3 It is near the top of the list of child poverty rates among OECD countries.
4 Take college senior Andrés Feliciano, who was quoted in the Review after the event as saying, "It's hypocritical to say that you believe in having your voice heard, but you don't want to hear someone else's."
5 Interestingly enough, Rhee -- the former chancellor of DCPS picked by Oberlin grad Adrian Fenty while he was mayor of D.C. -- was the one-time boss of my friend CJ, who interned at Rhee's organization Students First last summer.
6 We recently had Jonathan Alter and Ross Douthat duke it out on stage in Finney Chapel. It was awesome. They met with my presidency class beforehand to tackle our research questions and came closer to tackling each other. Signing my copy of his book afterwards, Alter wrote, "Sorry for the domination." But I loved it; they were respectful, but aggressive; there was no room for Ravitch-esque exaggeration or Bolton-style bombast, and the facts flowed like champagne.

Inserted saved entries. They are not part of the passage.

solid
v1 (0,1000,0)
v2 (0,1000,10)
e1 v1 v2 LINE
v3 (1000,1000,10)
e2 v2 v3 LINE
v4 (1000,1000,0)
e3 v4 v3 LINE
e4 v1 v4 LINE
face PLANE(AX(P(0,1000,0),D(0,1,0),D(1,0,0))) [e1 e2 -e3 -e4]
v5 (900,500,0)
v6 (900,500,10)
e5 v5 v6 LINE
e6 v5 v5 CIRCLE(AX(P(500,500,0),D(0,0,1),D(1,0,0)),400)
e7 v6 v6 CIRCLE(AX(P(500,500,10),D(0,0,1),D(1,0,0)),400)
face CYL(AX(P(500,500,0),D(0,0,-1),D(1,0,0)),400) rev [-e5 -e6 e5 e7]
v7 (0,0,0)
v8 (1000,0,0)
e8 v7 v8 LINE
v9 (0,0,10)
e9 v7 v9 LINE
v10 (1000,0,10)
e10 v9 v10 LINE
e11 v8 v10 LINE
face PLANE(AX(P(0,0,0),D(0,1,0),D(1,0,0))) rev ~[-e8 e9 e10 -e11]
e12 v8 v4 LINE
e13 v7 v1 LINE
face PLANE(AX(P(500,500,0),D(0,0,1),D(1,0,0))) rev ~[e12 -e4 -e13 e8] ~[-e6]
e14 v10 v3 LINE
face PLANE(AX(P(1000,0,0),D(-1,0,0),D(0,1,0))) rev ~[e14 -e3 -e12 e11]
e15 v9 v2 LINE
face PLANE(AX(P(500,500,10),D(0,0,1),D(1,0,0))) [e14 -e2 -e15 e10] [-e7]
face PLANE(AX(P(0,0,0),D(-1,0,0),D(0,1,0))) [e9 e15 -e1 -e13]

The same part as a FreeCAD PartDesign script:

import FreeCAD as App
import Part
import Sketcher
from FreeCAD import Vector

doc = App.newDocument("Part")
params = doc.addObject("Spreadsheet::Sheet", "Params")
for row, (alias, value) in enumerate([
    ("sketch1_diameter", "800 mm"),
    ("pad1_length", "10 mm"),
    ("sketch2_width", "1000 mm"),
    ("pad2_length", "10 mm"),
], start=1):
    params.set(f"A{row}", alias)
    params.set(f"B{row}", "=" + value)
    params.setAlias(f"B{row}", alias)

body = doc.addObject("PartDesign::Body", "Body")

# Sketch on XY plane
sketch1 = doc.addObject("Sketcher::SketchObject", "Sketch")
body.addObject(sketch1)
sketch1.AttachmentSupport = (doc.XY_Plane, [""])
sketch1.MapMode = "FlatFace"
sketch1.addGeometry(Part.Circle(Vector(500, 500, 0), Vector(0, 0, 1), 400), False)
sketch1.addConstraint(Sketcher.Constraint("Diameter", 0, 800.0))
sketch1.addConstraint(Sketcher.Constraint("DistanceX", -1, 1, 0, 3, 500.0))
sketch1.addConstraint(Sketcher.Constraint("DistanceY", -1, 1, 0, 3, 500.0))
sketch1.setExpression("Constraints[0]", "Params.sketch1_diameter")
pad1 = doc.addObject("PartDesign::Pad", "Pad")
body.addObject(pad1)
pad1.Profile = sketch1
pad1.setExpression("Length", "Params.pad1_length")
body2 = doc.addObject("PartDesign::Body", "Body001")

# Sketch on XY plane
sketch2 = doc.addObject("Sketcher::SketchObject", "Sketch001")
body2.addObject(sketch2)
sketch2.AttachmentSupport = (doc.getObject("XY_Plane001"), [""])
sketch2.MapMode = "FlatFace"
sketch2.addGeometry(Part.LineSegment(Vector(0, 1000, 0), Vector(0, 0, 0)), False)
sketch2.addGeometry(Part.LineSegment(Vector(0, 0, 0), Vector(1000, 0, 0)), False)
sketch2.addGeometry(Part.LineSegment(Vector(1000, 0, 0), Vector(1000, 1000, 0)), False)
sketch2.addGeometry(Part.LineSegment(Vector(1000, 1000, 0), Vector(0, 1000, 0)), False)
sketch2.addConstraint(Sketcher.Constraint("Coincident", 0, 2, 1, 1))
sketch2.addConstraint(Sketcher.Constraint("Coincident", 1, 2, 2, 1))
sketch2.addConstraint(Sketcher.Constraint("Coincident", 2, 2, 3, 1))
sketch2.addConstraint(Sketcher.Constraint("Coincident", 3, 2, 0, 1))
sketch2.addConstraint(Sketcher.Constraint("Vertical", 0))
sketch2.addConstraint(Sketcher.Constraint("Horizontal", 1))
sketch2.addConstraint(Sketcher.Constraint("Vertical", 2))
sketch2.addConstraint(Sketcher.Constraint("Horizontal", 3))
sketch2.addConstraint(Sketcher.Constraint("Coincident", 0, 2, -1, 1))
sketch2.addConstraint(Sketcher.Constraint("Equal", 3, 0))
sketch2.addConstraint(Sketcher.Constraint("DistanceX", 1, 1, 1, 2, 1000.0))
sketch2.setExpression("Constraints[10]", "Params.sketch2_width")
pad2 = doc.addObject("PartDesign::Pad", "Pad001")
body2.addObject(pad2)
pad2.Profile = sketch2
pad2.setExpression("Length", "Params.pad2_length")
doc.recompute()

boolean = doc.addObject("PartDesign::Boolean", "Boolean")
body2.addObject(boolean)
boolean.Type = "Cut"
boolean.addObjects([body])

doc.recompute()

I didn't see Karl Rove when he came to speak, but I'm told the man can drop a fact like a hot potato. Which is more than you can say for most people, and most politicians. (Don't get me wrong, I still think less of Rove than I do of Jennifer Aniston, and I've only got one neuron devoted to her). At the start of his courses, Professor Dawson passes out a handout on how to have good class discussion. He encourages lots of questions like What's your evidence? to knock people spurting BS down a peg. It's a simple question, but it's incredibly powerful.

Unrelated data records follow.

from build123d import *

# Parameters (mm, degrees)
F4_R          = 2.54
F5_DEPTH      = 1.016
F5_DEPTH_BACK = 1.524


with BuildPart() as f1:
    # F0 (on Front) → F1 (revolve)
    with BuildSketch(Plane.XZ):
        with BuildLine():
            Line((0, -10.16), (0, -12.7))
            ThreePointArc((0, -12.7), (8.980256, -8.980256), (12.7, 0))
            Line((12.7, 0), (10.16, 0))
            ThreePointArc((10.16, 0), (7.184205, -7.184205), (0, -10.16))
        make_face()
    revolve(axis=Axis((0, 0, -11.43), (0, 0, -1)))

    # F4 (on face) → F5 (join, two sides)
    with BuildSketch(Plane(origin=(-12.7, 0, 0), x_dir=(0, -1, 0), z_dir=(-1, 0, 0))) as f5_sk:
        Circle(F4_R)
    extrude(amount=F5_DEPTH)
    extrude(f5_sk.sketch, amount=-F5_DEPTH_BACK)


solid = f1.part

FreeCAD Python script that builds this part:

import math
import FreeCAD as App
import Part
import Sketcher

V = App.Vector
Q = App.Units.Quantity

doc = App.newDocument("Part")
params = doc.addObject("Spreadsheet::Sheet", "Params")
for row, (alias, value) in enumerate([
    ("sketch1_radius", "0.5 in"),
    ("sketch1_radius2", "0.4 in"),
    ("revolution_angle", "360 deg"),
    ("sketch2_diameter", "0.2 in"),
    ("pad1_length", "0.04 in"),
    ("pad1_length2", "0.06 in"),
], start=1):
    params.set(f"A{row}", alias)
    params.set(f"B{row}", "=" + value)
    params.setAlias(f"B{row}", alias)

body = doc.addObject("PartDesign::Body", "Body")

sketch1 = body.newObject("Sketcher::SketchObject", "Sketch")
sketch1.AttachmentSupport = (doc.getObject("XZ_Plane"), [""])
sketch1.MapMode = "FlatFace"
sketch1.addGeometry(Part.LineSegment(V(0, -10.2, 0), V(0, -12.7, 0)), False)
sketch1.addGeometry(Part.ArcOfCircle(Part.Circle(V(0, 0, 0), V(0, 0, 1), 12.7), math.radians(-90), math.radians(0)), False)
sketch1.addGeometry(Part.LineSegment(V(12.7, 0, 0), V(10.2, 0, 0)), False)
sketch1.addGeometry(Part.ArcOfCircle(Part.Circle(V(0, 0, 0), V(0, 0, 1), 10.2), math.radians(-90), math.radians(0)), False)
sketch1.addConstraint(Sketcher.Constraint("Coincident", 0, 2, 1, 1))
sketch1.addConstraint(Sketcher.Constraint("Coincident", 1, 2, 2, 1))
sketch1.addConstraint(Sketcher.Constraint("Coincident", 2, 2, 3, 2))
sketch1.addConstraint(Sketcher.Constraint("Coincident", 3, 1, 0, 1))
sketch1.addConstraint(Sketcher.Constraint("Vertical", 0))
sketch1.addConstraint(Sketcher.Constraint("Horizontal", 2))
sketch1.addConstraint(Sketcher.Constraint("Coincident", 1, 3, -1, 1))
sketch1.addConstraint(Sketcher.Constraint("Coincident", 3, 3, -1, 1))
sketch1.addConstraint(Sketcher.Constraint("PointOnObject", 0, 2, -2))
sketch1.addConstraint(Sketcher.Constraint("PointOnObject", 1, 2, -1))
sketch1.addConstraint(Sketcher.Constraint("Radius", 1, Q("0.5 in")))
sketch1.addConstraint(Sketcher.Constraint("Radius", 3, Q("0.4 in")))
sketch1.setExpression("Constraints[10]", "Params.sketch1_radius")
sketch1.setExpression("Constraints[11]", "Params.sketch1_radius2")
revolution = body.newObject("PartDesign::Revolution", "Revolution")
revolution.Profile = sketch1
revolution.ReferenceAxis = (sketch1, ["V_Axis"])
revolution.setExpression("Angle", "Params.revolution_angle")

sketch2 = body.newObject("Sketcher::SketchObject", "Sketch001")
sketch2.AttachmentSupport = (doc.getObject("YZ_Plane"), [""])
sketch2.MapMode = "FlatFace"
sketch2.AttachmentOffset = App.Placement(V(0, 0, -0.5 * 25.4), App.Rotation())
sketch2.addGeometry(Part.Circle(V(0, 0, 0), V(0, 0, 1), 2.5), False)
sketch2.addConstraint(Sketcher.Constraint("Coincident", 0, 3, -1, 1))
sketch2.addConstraint(Sketcher.Constraint("Diameter", 0, Q("0.2 in")))
sketch2.setExpression("Constraints[1]", "Params.sketch2_diameter")
pad1 = body.newObject("PartDesign::Pad", "Pad")
pad1.Profile = sketch2
pad1.Type = "TwoLengths"
pad1.setExpression("Length", "Params.pad1_length")
pad1.setExpression("Length2", "Params.pad1_length2")
pad1.Reversed = True

doc.recompute()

Since I've come to Oberlin, particularly in the last two years, my whole approach to arguments has changed. As someone interested in politics and growing increasingly aware of how humble I should be, I've learned that it's usually more valuable to listen to see how people outside of Oberlin are perceiving the political climate. My older cousin Danny, like many in my extended family, is conservative and when we talked last December, I put on my listener's hat instead of my debating one. Afterwards, Danny said "I gotta give you props--usually political discussions just amount to people trying to shout me down." Not only was it good for relationship, but it also showed what humility and civility can do: the one point I demurred on, the Keystone Pipeline, he seemed open to changing his mind about, admitting he didn't have all the facts right after I did. But I'd read them and sure wished I could recall them.
I find that my opinions and positions remain long after their factual infrastructure falls away, but I'm increasingly learning that this factual infrastructure is the hallmark of someone who's educated. Partly out of admiration for my fellow Cole Scholars Kevin Swanson and Michael Sadowsky, I've recently taken to noting facts in my pocket notebook and attempting to memorize them. I've used them to win several arguments (e.g., Oh yeah, did you know that every Republican candidate from 1856 to 1892 had a beard?)

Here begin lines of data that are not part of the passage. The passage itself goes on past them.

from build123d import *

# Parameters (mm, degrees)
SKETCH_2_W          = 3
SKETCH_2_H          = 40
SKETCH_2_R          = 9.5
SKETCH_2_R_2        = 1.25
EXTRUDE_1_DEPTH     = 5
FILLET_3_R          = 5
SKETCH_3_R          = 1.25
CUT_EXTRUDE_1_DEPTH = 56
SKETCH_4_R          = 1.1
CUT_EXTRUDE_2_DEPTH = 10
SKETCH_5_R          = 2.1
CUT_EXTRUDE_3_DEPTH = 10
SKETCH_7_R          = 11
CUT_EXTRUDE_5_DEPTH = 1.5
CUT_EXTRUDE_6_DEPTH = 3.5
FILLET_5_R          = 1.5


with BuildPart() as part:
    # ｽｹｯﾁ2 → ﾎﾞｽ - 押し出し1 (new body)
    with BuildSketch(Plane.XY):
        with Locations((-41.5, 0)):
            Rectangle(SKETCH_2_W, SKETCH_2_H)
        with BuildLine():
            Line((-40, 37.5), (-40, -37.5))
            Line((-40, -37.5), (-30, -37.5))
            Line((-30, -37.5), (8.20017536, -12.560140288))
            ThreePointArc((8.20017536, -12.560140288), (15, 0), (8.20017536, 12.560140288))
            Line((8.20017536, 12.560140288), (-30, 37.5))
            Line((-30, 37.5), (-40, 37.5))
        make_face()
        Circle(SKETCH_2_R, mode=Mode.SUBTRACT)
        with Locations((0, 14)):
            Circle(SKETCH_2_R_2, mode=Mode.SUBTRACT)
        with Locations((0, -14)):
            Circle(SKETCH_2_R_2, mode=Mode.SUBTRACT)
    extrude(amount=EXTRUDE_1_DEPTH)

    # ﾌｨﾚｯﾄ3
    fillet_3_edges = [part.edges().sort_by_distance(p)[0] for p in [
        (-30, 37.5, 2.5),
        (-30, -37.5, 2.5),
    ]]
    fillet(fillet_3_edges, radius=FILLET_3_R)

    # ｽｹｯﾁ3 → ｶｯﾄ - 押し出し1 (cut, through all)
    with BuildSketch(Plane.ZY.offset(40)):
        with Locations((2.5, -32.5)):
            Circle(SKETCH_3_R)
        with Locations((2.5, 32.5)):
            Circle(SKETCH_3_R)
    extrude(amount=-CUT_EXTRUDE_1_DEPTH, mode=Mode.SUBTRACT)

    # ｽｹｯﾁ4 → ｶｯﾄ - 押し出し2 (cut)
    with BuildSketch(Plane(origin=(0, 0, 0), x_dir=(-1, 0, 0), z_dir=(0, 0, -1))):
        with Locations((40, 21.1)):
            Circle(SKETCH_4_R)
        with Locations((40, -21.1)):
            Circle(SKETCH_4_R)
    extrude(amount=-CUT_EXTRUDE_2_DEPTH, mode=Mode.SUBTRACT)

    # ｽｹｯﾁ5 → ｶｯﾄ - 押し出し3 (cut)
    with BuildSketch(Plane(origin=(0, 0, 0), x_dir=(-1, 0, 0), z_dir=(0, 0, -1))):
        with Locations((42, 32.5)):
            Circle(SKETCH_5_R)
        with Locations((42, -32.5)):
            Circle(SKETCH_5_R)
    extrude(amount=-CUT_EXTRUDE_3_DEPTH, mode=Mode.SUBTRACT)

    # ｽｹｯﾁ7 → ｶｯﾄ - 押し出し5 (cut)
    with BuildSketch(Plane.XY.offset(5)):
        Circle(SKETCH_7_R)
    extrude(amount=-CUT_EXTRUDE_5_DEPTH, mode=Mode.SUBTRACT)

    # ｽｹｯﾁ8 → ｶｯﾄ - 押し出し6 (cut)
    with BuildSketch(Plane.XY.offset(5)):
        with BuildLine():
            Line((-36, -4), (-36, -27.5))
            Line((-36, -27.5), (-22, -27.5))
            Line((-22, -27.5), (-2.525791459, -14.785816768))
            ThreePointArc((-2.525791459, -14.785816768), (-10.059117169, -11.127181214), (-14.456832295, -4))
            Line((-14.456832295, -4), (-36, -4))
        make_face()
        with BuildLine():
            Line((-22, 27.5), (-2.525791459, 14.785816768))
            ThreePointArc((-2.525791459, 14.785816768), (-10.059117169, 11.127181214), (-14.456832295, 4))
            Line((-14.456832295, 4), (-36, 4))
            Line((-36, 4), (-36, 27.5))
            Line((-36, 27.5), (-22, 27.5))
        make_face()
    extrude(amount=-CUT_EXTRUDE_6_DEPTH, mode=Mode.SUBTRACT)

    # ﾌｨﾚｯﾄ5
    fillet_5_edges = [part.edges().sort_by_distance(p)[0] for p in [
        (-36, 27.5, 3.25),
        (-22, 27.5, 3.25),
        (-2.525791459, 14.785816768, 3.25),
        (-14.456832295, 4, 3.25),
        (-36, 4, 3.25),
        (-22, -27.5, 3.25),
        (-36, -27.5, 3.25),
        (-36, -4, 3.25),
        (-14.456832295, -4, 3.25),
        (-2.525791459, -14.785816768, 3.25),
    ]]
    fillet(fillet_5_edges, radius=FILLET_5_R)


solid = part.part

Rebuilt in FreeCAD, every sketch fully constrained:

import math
import FreeCAD as App
import Part
import Sketcher

V = App.Vector
Q = App.Units.Quantity


def edges_at(feature, points):
    """Names of the edges that pass closest to the given points."""
    edges = feature.Shape.Edges
    near = lambda p: min(range(len(edges)), key=lambda i: edges[i].distToShape(Part.Vertex(*p))[0])
    return sorted({f"Edge{near(p) + 1}" for p in points})

doc = App.newDocument("Part")
params = doc.addObject("Spreadsheet::Sheet", "Params")
for row, (alias, value) in enumerate([
    ("sketch1_diameter", "19 mm"),
    ("sketch1_radius", "15 mm"),
    ("sketch1_diameter2", "2.5 mm"),
    ("sketch1_width", "3 mm"),
    ("sketch1_width2", "10 mm"),
    ("pad1_length", "5 mm"),
    ("fillet_radius", "5 mm"),
    ("sketch2_diameter", "2.5 mm"),
    ("sketch3_diameter", "2.2 mm"),
    ("pocket2_length", "10 mm"),
    ("sketch4_diameter", "4.2 mm"),
    ("pocket3_length", "10 mm"),
    ("sketch5_diameter", "22 mm"),
    ("pocket4_length", "1.5 mm"),
    ("sketch6_radius", "15 mm"),
    ("sketch6_width", "14 mm"),
    ("sketch6_height", "23.5 mm"),
    ("pocket5_length", "3.5 mm"),
    ("fillet2_radius", "1.5 mm"),
], start=1):
    params.set(f"A{row}", alias)
    params.set(f"B{row}", "=" + value)
    params.setAlias(f"B{row}", alias)

body = doc.addObject("PartDesign::Body", "Body")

There are, we may forget, facts supporting both sides of the political spectrum. Nobody (except Limbaugh) is crazy. It helps to assume the other person is coming from the best place possible (one of the ground rules at the Posse Retreat was no eye-rolling, which is sometimes more necessary and useful as a rule than it might sound). It helps even more to understand what the other side actually means.
I remember a moment a few years ago when I wondered how anyone could be a conservative. I think taking an econ course or two goes a long way towards answering that, but the issues are so arbitrarily aligned that political labels don't make a lot of sense to me. I've identified as an independent for as long as I can remember.